# BB30 Crankset with Standard BB Shell



## CHL (Jun 24, 2005)

Hi Guys:

Have any of you attempted to install a BB30 crankset on a frame that has a standard width bottom bracket shell? 

I was wondering, would it be possible to use the Zipp bearings for the Vuma Quad in conjunction with a mountain bike length BB30 spindle to install a Cannondale BB30 crankset.

Thanks,
CHL


----------



## stwok (Mar 15, 2007)

Send an email to Zipp's tech guys. They usually get back to you within day!

Let us know how it works out!


----------



## STARNUT (Jun 19, 2005)

nope.........been there done that.
There are a few thing preventing you from doing it. One is the spindle from cannondale the 104s and 103s are to narrow and will not fit the 68/73 shell with the Vuma bearings. Further, if you look at all the SI spindles there is a little raised "bump" that is slightly smaller (think 0.0020") size of the cannondales bearing ID size. The Vuma spindle (and ID of the bearing) is about 0.0030" to 0.0040" smaller than the cannondale.

So the spindle are to short or to long if you get the MTN one and the bearing IDs from the BBs are different sizes......................

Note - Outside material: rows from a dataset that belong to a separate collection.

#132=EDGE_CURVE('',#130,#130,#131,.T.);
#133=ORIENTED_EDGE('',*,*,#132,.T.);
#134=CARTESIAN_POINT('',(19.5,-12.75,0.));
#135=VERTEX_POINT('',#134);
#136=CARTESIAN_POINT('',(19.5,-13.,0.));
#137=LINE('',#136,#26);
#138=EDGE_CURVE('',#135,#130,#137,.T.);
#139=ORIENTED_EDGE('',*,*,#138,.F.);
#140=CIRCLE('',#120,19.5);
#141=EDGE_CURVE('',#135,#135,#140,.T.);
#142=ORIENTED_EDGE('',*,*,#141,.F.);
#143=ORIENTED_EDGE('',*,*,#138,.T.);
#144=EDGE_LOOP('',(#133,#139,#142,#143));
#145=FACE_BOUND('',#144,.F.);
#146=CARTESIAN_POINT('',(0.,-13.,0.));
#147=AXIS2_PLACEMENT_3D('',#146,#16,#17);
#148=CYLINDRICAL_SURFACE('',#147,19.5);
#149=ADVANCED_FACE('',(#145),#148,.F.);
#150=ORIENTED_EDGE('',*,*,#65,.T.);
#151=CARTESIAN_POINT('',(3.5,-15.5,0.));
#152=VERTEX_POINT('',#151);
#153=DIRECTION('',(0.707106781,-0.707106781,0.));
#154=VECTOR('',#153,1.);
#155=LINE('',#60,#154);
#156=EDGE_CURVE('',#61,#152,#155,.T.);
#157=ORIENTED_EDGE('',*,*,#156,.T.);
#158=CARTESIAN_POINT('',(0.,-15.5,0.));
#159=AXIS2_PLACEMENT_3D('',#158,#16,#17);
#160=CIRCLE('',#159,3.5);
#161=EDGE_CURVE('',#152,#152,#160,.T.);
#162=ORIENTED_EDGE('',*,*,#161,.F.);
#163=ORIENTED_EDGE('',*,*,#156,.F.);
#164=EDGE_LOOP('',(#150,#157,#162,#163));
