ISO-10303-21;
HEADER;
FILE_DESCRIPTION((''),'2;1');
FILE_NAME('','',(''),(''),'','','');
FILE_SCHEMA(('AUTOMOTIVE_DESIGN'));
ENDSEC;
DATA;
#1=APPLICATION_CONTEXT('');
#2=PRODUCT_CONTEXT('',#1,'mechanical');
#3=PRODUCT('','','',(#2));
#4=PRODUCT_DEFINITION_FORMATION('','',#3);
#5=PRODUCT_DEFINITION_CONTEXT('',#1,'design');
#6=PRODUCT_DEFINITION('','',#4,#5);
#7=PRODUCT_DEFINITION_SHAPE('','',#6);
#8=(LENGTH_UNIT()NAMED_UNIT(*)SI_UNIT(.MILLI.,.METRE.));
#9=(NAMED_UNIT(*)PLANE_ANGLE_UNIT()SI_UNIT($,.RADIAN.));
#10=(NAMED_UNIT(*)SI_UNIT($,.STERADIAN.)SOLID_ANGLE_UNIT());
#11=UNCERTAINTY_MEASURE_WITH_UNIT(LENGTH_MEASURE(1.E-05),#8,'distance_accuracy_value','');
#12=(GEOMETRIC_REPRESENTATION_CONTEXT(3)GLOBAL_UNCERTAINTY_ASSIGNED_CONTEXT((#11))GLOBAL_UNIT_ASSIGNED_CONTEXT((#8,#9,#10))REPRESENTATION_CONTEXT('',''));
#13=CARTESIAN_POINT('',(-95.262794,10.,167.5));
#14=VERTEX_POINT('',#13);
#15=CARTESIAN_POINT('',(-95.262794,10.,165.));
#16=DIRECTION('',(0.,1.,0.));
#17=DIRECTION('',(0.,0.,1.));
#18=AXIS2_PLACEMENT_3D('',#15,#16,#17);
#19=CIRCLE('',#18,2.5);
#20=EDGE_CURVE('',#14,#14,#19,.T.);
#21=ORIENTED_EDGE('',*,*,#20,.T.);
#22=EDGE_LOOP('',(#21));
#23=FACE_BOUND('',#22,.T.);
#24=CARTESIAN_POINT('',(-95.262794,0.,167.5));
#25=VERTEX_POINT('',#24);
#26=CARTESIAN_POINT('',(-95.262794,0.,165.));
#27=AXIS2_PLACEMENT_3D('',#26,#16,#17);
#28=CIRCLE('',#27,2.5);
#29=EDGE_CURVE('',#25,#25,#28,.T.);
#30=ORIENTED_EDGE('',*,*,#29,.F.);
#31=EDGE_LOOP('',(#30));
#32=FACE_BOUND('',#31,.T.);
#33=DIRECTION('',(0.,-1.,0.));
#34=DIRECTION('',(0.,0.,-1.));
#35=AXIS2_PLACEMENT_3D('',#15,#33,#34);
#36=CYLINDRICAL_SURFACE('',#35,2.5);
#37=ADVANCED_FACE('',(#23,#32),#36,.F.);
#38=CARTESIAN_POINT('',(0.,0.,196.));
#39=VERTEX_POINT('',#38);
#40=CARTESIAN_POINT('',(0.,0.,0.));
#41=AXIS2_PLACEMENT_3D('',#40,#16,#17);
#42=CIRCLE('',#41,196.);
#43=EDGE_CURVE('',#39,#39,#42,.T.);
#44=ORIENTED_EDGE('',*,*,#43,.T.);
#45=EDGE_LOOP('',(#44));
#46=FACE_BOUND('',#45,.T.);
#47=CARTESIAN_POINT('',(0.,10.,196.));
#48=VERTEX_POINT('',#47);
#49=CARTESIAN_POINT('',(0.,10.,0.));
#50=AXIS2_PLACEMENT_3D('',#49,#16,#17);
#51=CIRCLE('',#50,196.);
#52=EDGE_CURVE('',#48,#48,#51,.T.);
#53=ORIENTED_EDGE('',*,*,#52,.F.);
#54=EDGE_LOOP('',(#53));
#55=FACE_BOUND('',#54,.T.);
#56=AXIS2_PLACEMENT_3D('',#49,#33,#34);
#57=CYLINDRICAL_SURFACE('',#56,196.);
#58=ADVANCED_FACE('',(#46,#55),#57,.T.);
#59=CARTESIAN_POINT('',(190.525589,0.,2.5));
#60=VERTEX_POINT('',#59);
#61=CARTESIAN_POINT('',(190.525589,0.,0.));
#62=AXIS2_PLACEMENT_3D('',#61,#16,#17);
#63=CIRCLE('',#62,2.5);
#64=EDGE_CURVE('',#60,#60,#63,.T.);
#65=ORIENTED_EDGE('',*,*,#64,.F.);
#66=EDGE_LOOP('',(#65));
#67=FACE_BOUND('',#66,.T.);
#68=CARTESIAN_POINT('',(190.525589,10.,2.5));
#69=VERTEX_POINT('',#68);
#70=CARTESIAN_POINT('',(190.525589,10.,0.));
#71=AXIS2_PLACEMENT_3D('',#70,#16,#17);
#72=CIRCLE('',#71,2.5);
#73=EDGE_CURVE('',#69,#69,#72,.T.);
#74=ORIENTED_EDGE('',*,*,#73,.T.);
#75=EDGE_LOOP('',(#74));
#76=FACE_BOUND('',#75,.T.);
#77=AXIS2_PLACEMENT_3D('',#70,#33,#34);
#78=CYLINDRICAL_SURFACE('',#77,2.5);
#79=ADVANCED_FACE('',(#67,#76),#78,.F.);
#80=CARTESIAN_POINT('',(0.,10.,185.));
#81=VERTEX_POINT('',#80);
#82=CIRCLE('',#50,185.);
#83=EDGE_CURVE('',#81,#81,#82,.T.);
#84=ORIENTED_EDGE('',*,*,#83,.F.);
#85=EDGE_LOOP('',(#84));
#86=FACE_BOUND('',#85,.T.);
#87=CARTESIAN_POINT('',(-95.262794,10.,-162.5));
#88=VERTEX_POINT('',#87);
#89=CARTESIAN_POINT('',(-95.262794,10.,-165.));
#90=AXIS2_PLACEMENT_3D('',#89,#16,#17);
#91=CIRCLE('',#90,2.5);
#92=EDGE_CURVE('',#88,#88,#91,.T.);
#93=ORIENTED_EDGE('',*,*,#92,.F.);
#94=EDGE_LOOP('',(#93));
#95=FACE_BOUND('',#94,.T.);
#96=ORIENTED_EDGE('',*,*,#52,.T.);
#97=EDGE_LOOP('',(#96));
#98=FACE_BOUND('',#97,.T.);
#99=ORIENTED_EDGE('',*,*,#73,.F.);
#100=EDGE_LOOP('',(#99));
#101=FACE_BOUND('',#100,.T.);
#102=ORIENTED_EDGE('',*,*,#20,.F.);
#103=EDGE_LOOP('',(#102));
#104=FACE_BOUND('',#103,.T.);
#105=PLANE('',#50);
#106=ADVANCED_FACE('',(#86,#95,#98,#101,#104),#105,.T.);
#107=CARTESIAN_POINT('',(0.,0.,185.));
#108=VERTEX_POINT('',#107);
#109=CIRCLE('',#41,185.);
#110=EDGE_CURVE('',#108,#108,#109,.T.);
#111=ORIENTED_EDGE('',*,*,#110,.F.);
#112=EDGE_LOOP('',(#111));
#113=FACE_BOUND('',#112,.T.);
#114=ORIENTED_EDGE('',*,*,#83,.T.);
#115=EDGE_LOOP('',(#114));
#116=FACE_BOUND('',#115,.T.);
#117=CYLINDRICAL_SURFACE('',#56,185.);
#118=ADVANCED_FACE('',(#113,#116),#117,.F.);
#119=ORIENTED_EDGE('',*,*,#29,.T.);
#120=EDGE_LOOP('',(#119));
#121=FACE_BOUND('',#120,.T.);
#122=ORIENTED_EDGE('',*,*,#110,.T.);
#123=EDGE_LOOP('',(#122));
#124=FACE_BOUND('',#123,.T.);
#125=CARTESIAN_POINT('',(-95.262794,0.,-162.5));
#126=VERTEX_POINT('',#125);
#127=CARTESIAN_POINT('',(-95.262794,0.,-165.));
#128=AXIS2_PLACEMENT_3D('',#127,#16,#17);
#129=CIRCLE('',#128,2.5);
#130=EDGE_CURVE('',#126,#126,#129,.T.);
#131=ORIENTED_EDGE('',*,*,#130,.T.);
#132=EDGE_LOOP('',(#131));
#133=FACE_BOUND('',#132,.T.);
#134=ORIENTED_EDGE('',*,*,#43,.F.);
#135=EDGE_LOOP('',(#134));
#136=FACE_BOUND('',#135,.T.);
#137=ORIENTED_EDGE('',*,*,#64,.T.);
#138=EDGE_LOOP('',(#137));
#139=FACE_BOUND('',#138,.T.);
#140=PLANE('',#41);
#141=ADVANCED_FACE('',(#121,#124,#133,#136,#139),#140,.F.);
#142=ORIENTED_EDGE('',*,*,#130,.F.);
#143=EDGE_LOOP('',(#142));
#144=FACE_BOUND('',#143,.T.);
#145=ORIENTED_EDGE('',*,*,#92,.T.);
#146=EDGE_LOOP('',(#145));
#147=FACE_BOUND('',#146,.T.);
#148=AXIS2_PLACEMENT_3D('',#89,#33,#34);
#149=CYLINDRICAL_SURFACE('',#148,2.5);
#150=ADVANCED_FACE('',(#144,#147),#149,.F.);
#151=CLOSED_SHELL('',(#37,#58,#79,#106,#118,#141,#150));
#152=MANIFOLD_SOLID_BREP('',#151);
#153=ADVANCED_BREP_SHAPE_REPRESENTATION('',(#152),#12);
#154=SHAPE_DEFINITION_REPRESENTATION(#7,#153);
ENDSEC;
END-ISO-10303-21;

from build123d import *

# Parameters (mm, degrees)
SKETCH_2_R      = 196
SKETCH_2_R_2    = 185
SKETCH_2_R_3    = 2.5
EXTRUDE_1_DEPTH = 10


with BuildPart() as part:
    # 草图2 → 凸台-拉伸1 (new body)
    with BuildSketch(Plane(origin=(0, 0, 0), x_dir=(1, 0, 0), z_dir=(0, 1, 0))):
        with Locations(Location((0, 0, 0), (0, 0, 270))):
            Circle(SKETCH_2_R)
        with Locations(Location((0, 0, 0), (0, 0, 270))):
            Circle(SKETCH_2_R_2, mode=Mode.SUBTRACT)
        with Locations(Location((-95.262794416, 165, 0), (0, 0, 270))):
            Circle(SKETCH_2_R_3, mode=Mode.SUBTRACT)
        with Locations(Location((190.525588833, 0, 0), (0, 0, 270))):
            Circle(SKETCH_2_R_3, mode=Mode.SUBTRACT)
        with Locations(Location((-95.262794416, -165, 0), (0, 0, 270))):
            Circle(SKETCH_2_R_3, mode=Mode.SUBTRACT)
    extrude(amount=EXTRUDE_1_DEPTH)


solid = part.part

However..................................it can be done. I have a CAAD9 68 shelled frame with hollowgrams on it right now.  

Starnut


----------



## bikerbrian (Oct 20, 2004)

STARNUT said:


> However..................................it can be done. I have a CAAD9 68 shelled frame with hollowgrams on it right now.
> 
> Starnut


Pics or it doesn't exist!


----------



## STARNUT (Jun 19, 2005)

I know someone would say that  


























this is a "prototype" as it does use the Zipp BB but............thats about the only think that is stock. In other words...........you can not just go buy a Zipp BB and a Cannondale spindle and plug and play. What mountain bike length are you talking about? There are 3 122, 128, and 132 or 33 I can't recall. The spindle in this bike is not "stock". It's a modified cannondale spindle. Further, the "magic" size is no longer produced by cannondale..................... at least at the moment

Starnut


----------



## bikerbrian (Oct 20, 2004)

STARNUT said:


> I know someone would say that



I'm just really interested because I have a BB30 SRM and I'd like to find a way to use it with any frame. Not that I have these plans at the moment but it's always nice to have options and a caad9 could be in my future. MMMM....all aluminum makes me happy


----------